DB2 Wire Protocol Driver and Packages

The DB2 Wire Protocol driver does not work properly unless packages exist on every server to which you intend to connect. The driver can, however, create and bind these packages.

IMPORTANT: You must have the appropriate privileges for the driver to create and bind packages with your user ID. These privileges are BINDADD for binding packages and GRANT for executing the packages. These are typically the permissions of a Database Administrator (DBA). If you do not have these privileges, someone that has a user ID with DBA privileges needs to create packages by connecting with the driver.

When connecting for the first time, the driver determines whether or not packages exist on the server. If packages do not exist, the driver creates them automatically using driver data source default values.

NOTE: The initial driver connection to a particular server may take a few minutes because of the number and size of the packages that must be created on the server.

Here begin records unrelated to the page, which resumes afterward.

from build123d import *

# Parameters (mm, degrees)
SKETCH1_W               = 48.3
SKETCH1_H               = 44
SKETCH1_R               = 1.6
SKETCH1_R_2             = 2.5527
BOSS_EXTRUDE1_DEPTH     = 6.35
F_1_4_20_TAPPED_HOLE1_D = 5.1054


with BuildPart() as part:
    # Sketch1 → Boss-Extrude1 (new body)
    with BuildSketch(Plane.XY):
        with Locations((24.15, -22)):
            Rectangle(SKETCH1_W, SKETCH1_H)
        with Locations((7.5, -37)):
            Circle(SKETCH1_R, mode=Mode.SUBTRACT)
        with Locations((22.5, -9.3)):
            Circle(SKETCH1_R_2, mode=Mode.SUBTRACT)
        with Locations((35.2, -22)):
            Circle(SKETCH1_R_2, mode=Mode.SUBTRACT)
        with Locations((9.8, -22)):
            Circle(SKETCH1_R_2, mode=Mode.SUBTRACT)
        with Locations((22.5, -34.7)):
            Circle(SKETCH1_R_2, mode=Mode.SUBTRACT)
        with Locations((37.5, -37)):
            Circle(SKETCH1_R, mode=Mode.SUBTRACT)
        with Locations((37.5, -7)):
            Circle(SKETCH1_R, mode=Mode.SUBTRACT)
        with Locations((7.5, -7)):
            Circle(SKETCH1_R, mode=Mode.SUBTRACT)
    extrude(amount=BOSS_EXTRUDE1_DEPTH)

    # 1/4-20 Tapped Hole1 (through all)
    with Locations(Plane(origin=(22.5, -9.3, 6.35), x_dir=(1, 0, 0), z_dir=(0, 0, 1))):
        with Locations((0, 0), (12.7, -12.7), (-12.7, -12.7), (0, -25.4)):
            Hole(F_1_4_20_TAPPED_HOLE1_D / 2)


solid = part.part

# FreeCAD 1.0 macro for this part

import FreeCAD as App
import Part
import Sketcher

V = App.Vector


def add_polygon(sketch, points):
    """Adds a closed chain of lines whose ends are joined by coincident constraints."""
    first, n = sketch.GeometryCount, len(points)
    for a, b in zip(points, points[1:] + points[:1]):
        sketch.addGeometry(Part.LineSegment(App.Vector(*a, 0), App.Vector(*b, 0)), False)
    for i in range(n):
        sketch.addConstraint(Sketcher.Constraint("Coincident", first + i, 2, first + (i + 1) % n, 1))

doc = App.newDocument("Part")
body = doc.addObject("PartDesign::Body", "Body")

# Sketch on XY plane
sketch1 = doc.addObject("Sketcher::SketchObject", "Sketch")
body.addObject(sketch1)
sketch1.AttachmentSupport = (doc.XY_Plane, [""])
sketch1.MapMode = "FlatFace"
add_polygon(sketch1, [(0, 0), (0, -44), (48.3, -44), (48.3, 0)])  # lines 0-3
sketch1.addGeometry(Part.Circle(V(7.5, -37, 0), V(0, 0, 1), 1.6), False)  # 4
sketch1.addGeometry(Part.Circle(V(22.5, -34.7, 0), V(0, 0, 1), 2.6), False)  # 5
sketch1.addGeometry(Part.Circle(V(37.5, -37, 0), V(0, 0, 1), 1.6), False)  # 6
sketch1.addGeometry(Part.Circle(V(9.8, -22, 0), V(0, 0, 1), 2.6), False)  # 7
sketch1.addGeometry(Part.Circle(V(7.5, -7, 0), V(0, 0, 1), 1.6), False)  # 8
sketch1.addGeometry(Part.Circle(V(35.2, -22, 0), V(0, 0, 1), 2.6), False)  # 9
sketch1.addGeometry(Part.Circle(V(22.5, -9.3, 0), V(0, 0, 1), 2.6), False)  # 10
sketch1.addGeometry(Part.Circle(V(37.5, -7, 0), V(0, 0, 1), 1.6), False)  # 11
sketch1.addConstraint(Sketcher.Constraint("Vertical", 0))
sketch1.addConstraint(Sketcher.Constraint("Horizontal", 1))
sketch1.addConstraint(Sketcher.Constraint("Vertical", 2))
sketch1.addConstraint(Sketcher.Constraint("Horizontal", 3))
sketch1.addConstraint(Sketcher.Constraint("Coincident", 3, 2, -1, 1))
sketch1.addConstraint(Sketcher.Constraint("Equal", 4, 6))
sketch1.addConstraint(Sketcher.Constraint("Equal", 5, 7))
sketch1.addConstraint(Sketcher.Constraint("Equal", 6, 8))
sketch1.addConstraint(Sketcher.Constraint("Equal", 7, 9))
sketch1.addConstraint(Sketcher.Constraint("Equal", 9, 10))
sketch1.addConstraint(Sketcher.Constraint("Equal", 8, 11))
sketch1.addConstraint(Sketcher.Constraint("Horizontal", 4, 3, 6, 3))
sketch1.addConstraint(Sketcher.Constraint("Horizontal", 7, 3, 9, 3))
sketch1.addConstraint(Sketcher.Constraint("Horizontal", 8, 3, 11, 3))
sketch1.addConstraint(Sketcher.Constraint("Vertical", 4, 3, 8, 3))
sketch1.addConstraint(Sketcher.Constraint("Vertical", 5, 3, 10, 3))
sketch1.addConstraint(Sketcher.Constraint("Vertical", 6, 3, 11, 3))
sketch1.addConstraint(Sketcher.Constraint("Diameter", 4, 3.2))
sketch1.addConstraint(Sketcher.Constraint("DistanceY", 0, 2, 0, 1, 44.0))
sketch1.addConstraint(Sketcher.Constraint("DistanceX", 1, 1, 1, 2, 48.3))
sketch1.addConstraint(Sketcher.Constraint("DistanceY", 4, 3, -1, 1, 37.0))
sketch1.addConstraint(Sketcher.Constraint("DistanceY", 7, 3, -1, 1, 22.0))
sketch1.addConstraint(Sketcher.Constraint("DistanceY", 8, 3, -1, 1, 7.0))
sketch1.addConstraint(Sketcher.Constraint("DistanceX", 4, 3, 5, 3, 15.0))
sketch1.addConstraint(Sketcher.Constraint("DistanceX", 5, 3, 6, 3, 15.0))
sketch1.addConstraint(Sketcher.Constraint("Diameter", 5, 5.1054))
sketch1.addConstraint(Sketcher.Constraint("DistanceX", -1, 1, 4, 3, 7.5))
sketch1.addConstraint(Sketcher.Constraint("DistanceY", 5, 3, -1, 1, 34.7))
sketch1.addConstraint(Sketcher.Constraint("DistanceX", -1, 1, 7, 3, 9.8))
sketch1.addConstraint(Sketcher.Constraint("DistanceX", -1, 1, 9, 3, 35.2))
sketch1.addConstraint(Sketcher.Constraint("DistanceY", 10, 3, -1, 1, 9.3))
pad1 = doc.addObject("PartDesign::Pad", "Pad")
body.addObject(pad1)
pad1.Profile = sketch1
pad1.Length = 6.35

# Sketch on XY plane
sketch2 = doc.addObject("Sketcher::SketchObject", "Sketch001")
body.addObject(sketch2)
sketch2.AttachmentSupport = (doc.XY_Plane, [""])
sketch2.MapMode = "FlatFace"
sketch2.AttachmentOffset = App.Placement(V(0, 0, 6.35), App.Rotation())
sketch2.addGeometry(Part.Circle(V(22.5, -9.3, 0), V(0, 0, 1), 2.6), False)
sketch2.addGeometry(Part.Circle(V(35.2, -22, 0), V(0, 0, 1), 2.6), False)
sketch2.addGeometry(Part.Circle(V(9.8, -22, 0), V(0, 0, 1), 2.6), False)
sketch2.addGeometry(Part.Circle(V(22.5, -34.7, 0), V(0, 0, 1), 2.6), False)
sketch2.addConstraint(Sketcher.Constraint("Equal", 0, 1))
sketch2.addConstraint(Sketcher.Constraint("Equal", 1, 2))
sketch2.addConstraint(Sketcher.Constraint("Equal", 2, 3))
sketch2.addConstraint(Sketcher.Constraint("Horizontal", 1, 3, 2, 3))
sketch2.addConstraint(Sketcher.Constraint("Vertical", 0, 3, 3, 3))
sketch2.addConstraint(Sketcher.Constraint("DistanceY", 1, 3, -1, 1, 22.0))
sketch2.addConstraint(Sketcher.Constraint("Diameter", 0, 5.1054))
sketch2.addConstraint(Sketcher.Constraint("DistanceX", -1, 1, 0, 3, 22.5))
sketch2.addConstraint(Sketcher.Constraint("DistanceY", 0, 3, -1, 1, 9.3))
sketch2.addConstraint(Sketcher.Constraint("DistanceX", -1, 1, 1, 3, 35.2))
sketch2.addConstraint(Sketcher.Constraint("DistanceX", -1, 1, 2, 3, 9.8))
sketch2.addConstraint(Sketcher.Constraint("DistanceY", 3, 3, -1, 1, 34.7))
doc.recompute()
hole = doc.addObject("PartDesign::Hole", "Hole")
body.addObject(hole)
hole.Profile = sketch2
hole.ThreadType = "None"
hole.Diameter = 5.1054
hole.DepthType = "ThroughAll"

doc.recompute()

Subsequent connections do not incur this delay.

By default, the packages contain 200 dynamic sections and are created in the collection named NULLID. You can override the default number of dynamic sections through the Dynamic Sections option on the Modify Bindings tab of the driver Setup dialog box or by setting the DynamicSections connection string attribute. Similarly, you can override the collection in which the packages are created through the Package Collection option on the Modify Bindings tab of the driver Setup dialog box or by setting the PackageCollection attribute.

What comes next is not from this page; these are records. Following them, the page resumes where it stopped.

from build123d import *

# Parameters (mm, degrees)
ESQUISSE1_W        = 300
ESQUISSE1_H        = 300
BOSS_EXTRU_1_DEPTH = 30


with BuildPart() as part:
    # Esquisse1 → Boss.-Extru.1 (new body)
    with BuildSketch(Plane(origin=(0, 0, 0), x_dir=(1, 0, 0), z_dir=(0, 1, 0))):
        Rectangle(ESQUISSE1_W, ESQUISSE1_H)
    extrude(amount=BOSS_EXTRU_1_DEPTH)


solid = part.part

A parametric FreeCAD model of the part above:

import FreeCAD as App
import Part
import Sketcher


def add_polygon(sketch, points):
    """Adds a closed chain of lines whose ends are joined by coincident constraints."""
    first, n = sketch.GeometryCount, len(points)
    for a, b in zip(points, points[1:] + points[:1]):
        sketch.addGeometry(Part.LineSegment(App.Vector(*a, 0), App.Vector(*b, 0)), False)
    for i in range(n):
        sketch.addConstraint(Sketcher.Constraint("Coincident", first + i, 2, first + (i + 1) % n, 1))

doc = App.newDocument("Part")
params = doc.addObject("Spreadsheet::Sheet", "Params")
for row, (alias, value) in enumerate([
    ("sketch1_width", "300 mm"),
    ("pad1_length", "30 mm"),
], start=1):
    params.set(f"A{row}", alias)
    params.set(f"B{row}", "=" + value)
    params.setAlias(f"B{row}", alias)

body = doc.addObject("PartDesign::Body", "Body")

sketch1 = body.newObject("Sketcher::SketchObject", "Sketch")
sketch1.AttachmentSupport = (doc.getObject("XZ_Plane"), [""])
sketch1.MapMode = "FlatFace"
add_polygon(sketch1, [(-150, -150), (-150, 150), (150, 150), (150, -150)])
sketch1.addConstraint(Sketcher.Constraint("Vertical", 0))
sketch1.addConstraint(Sketcher.Constraint("Horizontal", 1))
sketch1.addConstraint(Sketcher.Constraint("Vertical", 2))
sketch1.addConstraint(Sketcher.Constraint("Horizontal", 3))
sketch1.addConstraint(Sketcher.Constraint("Symmetric", 0, 2, 2, 2, -1, 1))
sketch1.addConstraint(Sketcher.Constraint("Equal", 3, 0))
sketch1.addConstraint(Sketcher.Constraint("DistanceX", 1, 1, 1, 2, 300.0))
sketch1.setExpression("Constraints[10]", "Params.sketch1_width")
pad1 = body.newObject("PartDesign::Pad", "Pad")
pad1.Profile = sketch1
pad1.setExpression("Length", "Params.pad1_length")
pad1.Reversed = True

doc.recompute()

If you change default values in a data source before connecting with the driver for the first time, the new defaults are used when creating the packages. If you want to change these values after the packages have been created, you can re-create the packages with the new values by one of the following methods:

Windows
On Windows, the driver allows you to create or modify packages from the Modify Bindings tab.

UNIX and Linux
On UNIX and Linux, the driver allows you to create or modify packages through a special bind utility. Depending on the platform of the DB2 server, the minimum attribute values that must be set in the data source to bind packages are:

Linux/UNIX/Windows DB2 Servers

IpAddress, Database, TcpPort

z/OS and iSeries DB2 Servers

IpAddress, Location, TcpPort

There are also other attribute values that affect binding. See the appropriate product User's Guide and Reference for details about configuring data sources for the DB2 Wire Protocol driver on UNIX and Linux. These books are available at:

http://web.datadirect.com/techres/index.html

The bind utility is located in the /bin directory of the product installation directory. After specifying the appropriate connection string attribute values in the data source, create or modify packages by entering the command:

bindxx dsn

where xx is the driver level number in the driver file name and dsn is the

ODBC data source name in the system information file. You are prompted

for a user ID and password if they are not stored in the data source.

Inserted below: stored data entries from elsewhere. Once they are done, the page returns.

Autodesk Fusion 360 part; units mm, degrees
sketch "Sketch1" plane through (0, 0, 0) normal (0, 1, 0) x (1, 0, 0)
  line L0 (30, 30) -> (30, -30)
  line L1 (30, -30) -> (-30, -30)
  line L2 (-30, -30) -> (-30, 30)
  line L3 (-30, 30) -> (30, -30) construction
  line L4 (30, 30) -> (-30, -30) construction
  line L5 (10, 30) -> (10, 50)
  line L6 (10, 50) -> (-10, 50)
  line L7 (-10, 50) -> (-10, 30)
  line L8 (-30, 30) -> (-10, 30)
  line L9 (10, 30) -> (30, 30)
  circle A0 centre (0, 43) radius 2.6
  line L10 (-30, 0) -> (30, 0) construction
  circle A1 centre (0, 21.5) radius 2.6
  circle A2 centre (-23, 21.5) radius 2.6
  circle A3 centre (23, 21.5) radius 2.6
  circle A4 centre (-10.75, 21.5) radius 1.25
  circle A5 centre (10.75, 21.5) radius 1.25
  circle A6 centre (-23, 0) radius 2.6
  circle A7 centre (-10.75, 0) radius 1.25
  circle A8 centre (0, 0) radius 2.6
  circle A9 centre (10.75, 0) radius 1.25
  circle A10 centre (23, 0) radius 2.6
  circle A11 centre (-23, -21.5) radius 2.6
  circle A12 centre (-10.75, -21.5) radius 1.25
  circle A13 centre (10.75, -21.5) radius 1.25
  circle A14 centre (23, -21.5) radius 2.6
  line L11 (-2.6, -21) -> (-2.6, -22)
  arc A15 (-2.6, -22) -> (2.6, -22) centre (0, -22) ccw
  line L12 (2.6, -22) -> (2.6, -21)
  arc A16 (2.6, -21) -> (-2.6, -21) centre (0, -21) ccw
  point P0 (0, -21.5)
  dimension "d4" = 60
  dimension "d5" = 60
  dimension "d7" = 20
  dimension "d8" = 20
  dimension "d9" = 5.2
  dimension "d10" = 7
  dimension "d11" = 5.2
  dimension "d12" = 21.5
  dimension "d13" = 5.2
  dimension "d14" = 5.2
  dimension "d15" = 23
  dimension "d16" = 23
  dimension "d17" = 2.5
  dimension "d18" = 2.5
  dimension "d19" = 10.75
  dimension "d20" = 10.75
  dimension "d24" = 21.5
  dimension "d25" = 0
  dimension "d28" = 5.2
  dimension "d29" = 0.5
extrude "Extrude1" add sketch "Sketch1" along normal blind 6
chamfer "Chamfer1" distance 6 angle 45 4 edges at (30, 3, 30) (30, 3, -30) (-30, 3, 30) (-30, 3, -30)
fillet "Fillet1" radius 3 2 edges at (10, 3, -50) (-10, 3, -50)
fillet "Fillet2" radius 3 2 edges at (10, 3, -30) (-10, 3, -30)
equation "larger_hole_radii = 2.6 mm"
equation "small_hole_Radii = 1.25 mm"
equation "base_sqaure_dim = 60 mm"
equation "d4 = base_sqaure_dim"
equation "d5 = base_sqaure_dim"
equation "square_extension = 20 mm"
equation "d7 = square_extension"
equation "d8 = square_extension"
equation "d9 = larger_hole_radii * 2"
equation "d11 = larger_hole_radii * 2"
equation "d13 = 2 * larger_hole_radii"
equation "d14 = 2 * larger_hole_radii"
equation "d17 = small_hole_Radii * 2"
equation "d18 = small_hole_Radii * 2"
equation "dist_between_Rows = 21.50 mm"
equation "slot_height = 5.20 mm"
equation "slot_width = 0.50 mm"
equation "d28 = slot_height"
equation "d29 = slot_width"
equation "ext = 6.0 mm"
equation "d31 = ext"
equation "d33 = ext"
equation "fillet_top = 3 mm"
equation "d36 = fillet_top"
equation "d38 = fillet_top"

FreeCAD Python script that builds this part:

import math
import FreeCAD as App
import Part
import Sketcher
Q = App.Units.Quantity


def edges_at(feature, points):
    """Names of the edges that pass closest to the given points."""
    edges = feature.Shape.Edges
    near = lambda p: min(range(len(edges)), key=lambda i: edges[i].distToShape(Part.Vertex(*p))[0])
    return sorted({f"Edge{near(p) + 1}" for p in points})

doc = App.newDocument("Part")
body = doc.addObject("PartDesign::Body", "Body")

sketch1 = body.newObject("Sketcher::SketchObject", "Sketch")
sketch1.AttachmentSupport = (doc.getObject("XZ_Plane"), [""])
sketch1.MapMode = "FlatFace"
sketch1.addGeometry([
    Part.LineSegment(App.Vector(30, 30, 0), App.Vector(30, -30, 0)),
    Part.LineSegment(App.Vector(30, -30, 0), App.Vector(10, -30, 0)),
    Part.LineSegment(App.Vector(10, -30, 0), App.Vector(10, -50, 0)),
    Part.LineSegment(App.Vector(10, -50, 0), App.Vector(-10, -50, 0)),
    Part.LineSegment(App.Vector(-10, -50, 0), App.Vector(-10, -30, 0)),
    Part.LineSegment(App.Vector(-10, -30, 0), App.Vector(-30, -30, 0)),
    Part.LineSegment(App.Vector(-30, -30, 0), App.Vector(-30, 30, 0)),
    Part.LineSegment(App.Vector(-30, 30, 0), App.Vector(30, 30, 0)),
    Part.Circle(App.Vector(-23, 21.5, 0), App.Vector(0, 0, 1), 2.6),
    Part.Circle(App.Vector(-10.8, 21.5, 0), App.Vector(0, 0, 1), 1.2),
    Part.Circle(App.Vector(-23, 0, 0), App.Vector(0, 0, 1), 2.6),
    Part.Circle(App.Vector(-10.8, 0, 0), App.Vector(0, 0, 1), 1.2),
    Part.LineSegment(App.Vector(-2.6, 22, 0), App.Vector(-2.6, 21, 0)),
    Part.ArcOfCircle(Part.Circle(App.Vector(0, 21, 0), App.Vector(0, 0, 1), 2.6), math.radians(180), math.radians(360)),
    Part.LineSegment(App.Vector(2.6, 21, 0), App.Vector(2.6, 22, 0)),
    Part.ArcOfCircle(Part.Circle(App.Vector(0, 22, 0), App.Vector(0, 0, 1), 2.6), math.radians(0), math.radians(180)),
    Part.Circle(App.Vector(10.8, 21.5, 0), App.Vector(0, 0, 1), 1.2),
    Part.Circle(App.Vector(23, 21.5, 0), App.Vector(0, 0, 1), 2.6),
    Part.Circle(App.Vector(0, 0, 0), App.Vector(0, 0, 1), 2.6),
    Part.Circle(App.Vector(10.8, 0, 0), App.Vector(0, 0, 1), 1.2),
    Part.Circle(App.Vector(23, 0, 0), App.Vector(0, 0, 1), 2.6),
    Part.Circle(App.Vector(-23, -21.5, 0), App.Vector(0, 0, 1), 2.6),
    Part.Circle(App.Vector(-10.8, -21.5, 0), App.Vector(0, 0, 1), 1.2),
    Part.Circle(App.Vector(0, -21.5, 0), App.Vector(0, 0, 1), 2.6),
    Part.Circle(App.Vector(10.8, -21.5, 0), App.Vector(0, 0, 1), 1.2),
    Part.Circle(App.Vector(23, -21.5, 0), App.Vector(0, 0, 1), 2.6),
    Part.Circle(App.Vector(0, -43, 0), App.Vector(0, 0, 1), 2.6),
], False)
sketch1.addConstraint([
    Sketcher.Constraint("Coincident", 0, 2, 1, 1),
    Sketcher.Constraint("Coincident", 1, 2, 2, 1),
    Sketcher.Constraint("Coincident", 2, 2, 3, 1),
    Sketcher.Constraint("Coincident", 3, 2, 4, 1),
    Sketcher.Constraint("Coincident", 4, 2, 5, 1),
    Sketcher.Constraint("Coincident", 5, 2, 6, 1),
    Sketcher.Constraint("Coincident", 6, 2, 7, 1),
    Sketcher.Constraint("Coincident", 7, 2, 0, 1),
    Sketcher.Constraint("Tangent", 12, 2, 13, 1),
    Sketcher.Constraint("Tangent", 13, 2, 14, 1),
    Sketcher.Constraint("Tangent", 14, 2, 15, 1),
    Sketcher.Constraint("Tangent", 15, 2, 12, 1),
    Sketcher.Constraint("Vertical", 0),
    Sketcher.Constraint("Horizontal", 1),
    Sketcher.Constraint("Vertical", 2),
    Sketcher.Constraint("Horizontal", 3),
    Sketcher.Constraint("Vertical", 4),
    Sketcher.Constraint("Horizontal", 5),
    Sketcher.Constraint("Vertical", 6),
    Sketcher.Constraint("Horizontal", 7),
    Sketcher.Constraint("Vertical", 12),
    Sketcher.Constraint("Vertical", 14),
    Sketcher.Constraint("Coincident", 18, 3, -1, 1),
    Sketcher.Constraint("Equal", 8, 10),
    Sketcher.Constraint("Equal", 9, 11),
    Sketcher.Constraint("Equal", 10, 13),
    Sketcher.Constraint("Equal", 11, 16),
    Sketcher.Constraint("Equal", 15, 17),
    Sketcher.Constraint("Equal", 17, 18),
    Sketcher.Constraint("Equal", 16, 19),
    Sketcher.Constraint("Equal", 18, 20),
    Sketcher.Constraint("Equal", 20, 21),
    Sketcher.Constraint("Equal", 19, 22),
    Sketcher.Constraint("Equal", 21, 23),
    Sketcher.Constraint("Equal", 22, 24),
    Sketcher.Constraint("Equal", 23, 25),
    Sketcher.Constraint("Equal", 25, 26),
    Sketcher.Constraint("Symmetric", 11, 3, 19, 3, -1, 1),
    Sketcher.Constraint("Symmetric", 10, 3, 20, 3, -1, 1),
    Sketcher.Constraint("Symmetric", 17, 3, 21, 3, -1, 1),
    Sketcher.Constraint("Symmetric", 16, 3, 22, 3, -1, 1),
    Sketcher.Constraint("Symmetric", 9, 3, 24, 3, -1, 1),
    Sketcher.Constraint("Symmetric", 8, 3, 25, 3, -1, 1),
    Sketcher.Constraint("Symmetric", 0, 2, 6, 2, -1, 1),
    Sketcher.Constraint("Symmetric", 9, 3, 16, 3, -2),
    Sketcher.Constraint("Symmetric", 8, 3, 17, 3, -2),
    Sketcher.Constraint("Symmetric", 1, 2, 4, 2, -2),
    Sketcher.Constraint("PointOnObject", 10, 3, -1),
    Sketcher.Constraint("PointOnObject", 11, 3, -1),
    Sketcher.Constraint("PointOnObject", 13, 3, -2),
    Sketcher.Constraint("PointOnObject", 23, 3, -2),
    Sketcher.Constraint("PointOnObject", 26, 3, -2),
    Sketcher.Constraint("Horizontal", 8, 3, 9, 3),
    Sketcher.Constraint("Horizontal", 22, 3, 23, 3),
    Sketcher.Constraint("Vertical", 8, 3, 10, 3),
    Sketcher.Constraint("Vertical", 9, 3, 11, 3),
    Sketcher.Constraint("Equal", 1, 3),
    Sketcher.Constraint("Equal", 7, 0),
    Sketcher.Constraint("Equal", 5, 2),
    Sketcher.Constraint("Diameter", 8, Q("5.2 mm")),
    Sketcher.Constraint("Diameter", 9, Q("2.5 mm")),
    Sketcher.Constraint("DistanceX", 1, 2, 1, 1, Q("20 mm")),
    Sketcher.Constraint("DistanceX", 8, 3, -1, 1, Q("23 mm")),
    Sketcher.Constraint("DistanceY", 2, 2, 26, 3, Q("7 mm")),
    Sketcher.Constraint("DistanceY", -1, 1, 8, 3, Q("21.5 mm")),
    Sketcher.Constraint("DistanceY", 13, 3, 9, 3, Q("0.5 mm")),
    Sketcher.Constraint("DistanceY", 9, 3, 15, 3, Q("0.5 mm")),
    Sketcher.Constraint("DistanceX", 9, 3, 16, 3, Q("21.5 mm")),
])
pad1 = body.newObject("PartDesign::Pad", "Pad")
pad1.Profile = sketch1
pad1.Length = 6
pad1.Reversed = True
doc.recompute()

chamfer = body.newObject("PartDesign::Chamfer", "Chamfer")
chamfer.Base = (pad1, edges_at(pad1, [
    (30, 3, 30),
    (30, 3, -30),
    (-30, 3, 30),
    (-30, 3, -30),
]))
chamfer.Size = 6
doc.recompute()

fillet = body.newObject("PartDesign::Fillet", "Fillet")
fillet.Base = (chamfer, edges_at(chamfer, [(10, 3, -50), (-10, 3, -50)]))
fillet.Radius = 3
doc.recompute()

fillet2 = body.newObject("PartDesign::Fillet", "Fillet001")
fillet2.Base = (fillet, edges_at(fillet, [(10, 3, -30), (-10, 3, -30)]))
fillet2.Radius = 3

doc.recompute()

If packages are created and bound successfully, a message indicating success appears. If there are problems connecting or creating the packages, an appropriate error message appears.

Summary

Packages provide flexibility for processing both static and dynamic SQL on DB2 UDB. There are two basic steps in the creation of a DB2 UDB package: precompilation and binding.

To keep the context of individual SQL statements clear, a package is subdivided into section entries. A section entry contains information about the SQL statement itself and about the context in which the SQL statement was found in the application. A section itself is the actual executable embodiment of a SQL statement. It contains the logic and data access methods required by DB2 UDB to produce the specified results.

The DB2 Wire Protocol driver can create and bind packages, and does so automatically when it first connects to DB2 UDB. You can change the defaults used for this initial package creation or you can modify the package bindings later. This is done through the Modify Bindings tab of the driver Setup dialog box on Windows or through the bind utility on UNIX and Linux.

Reference:

Inside DB2 Universal Database: The Life and Times of an SQL Statement, Paul Bird, The IDUG Solutions Journal, Fall 1999 - Volume 6, Number 3.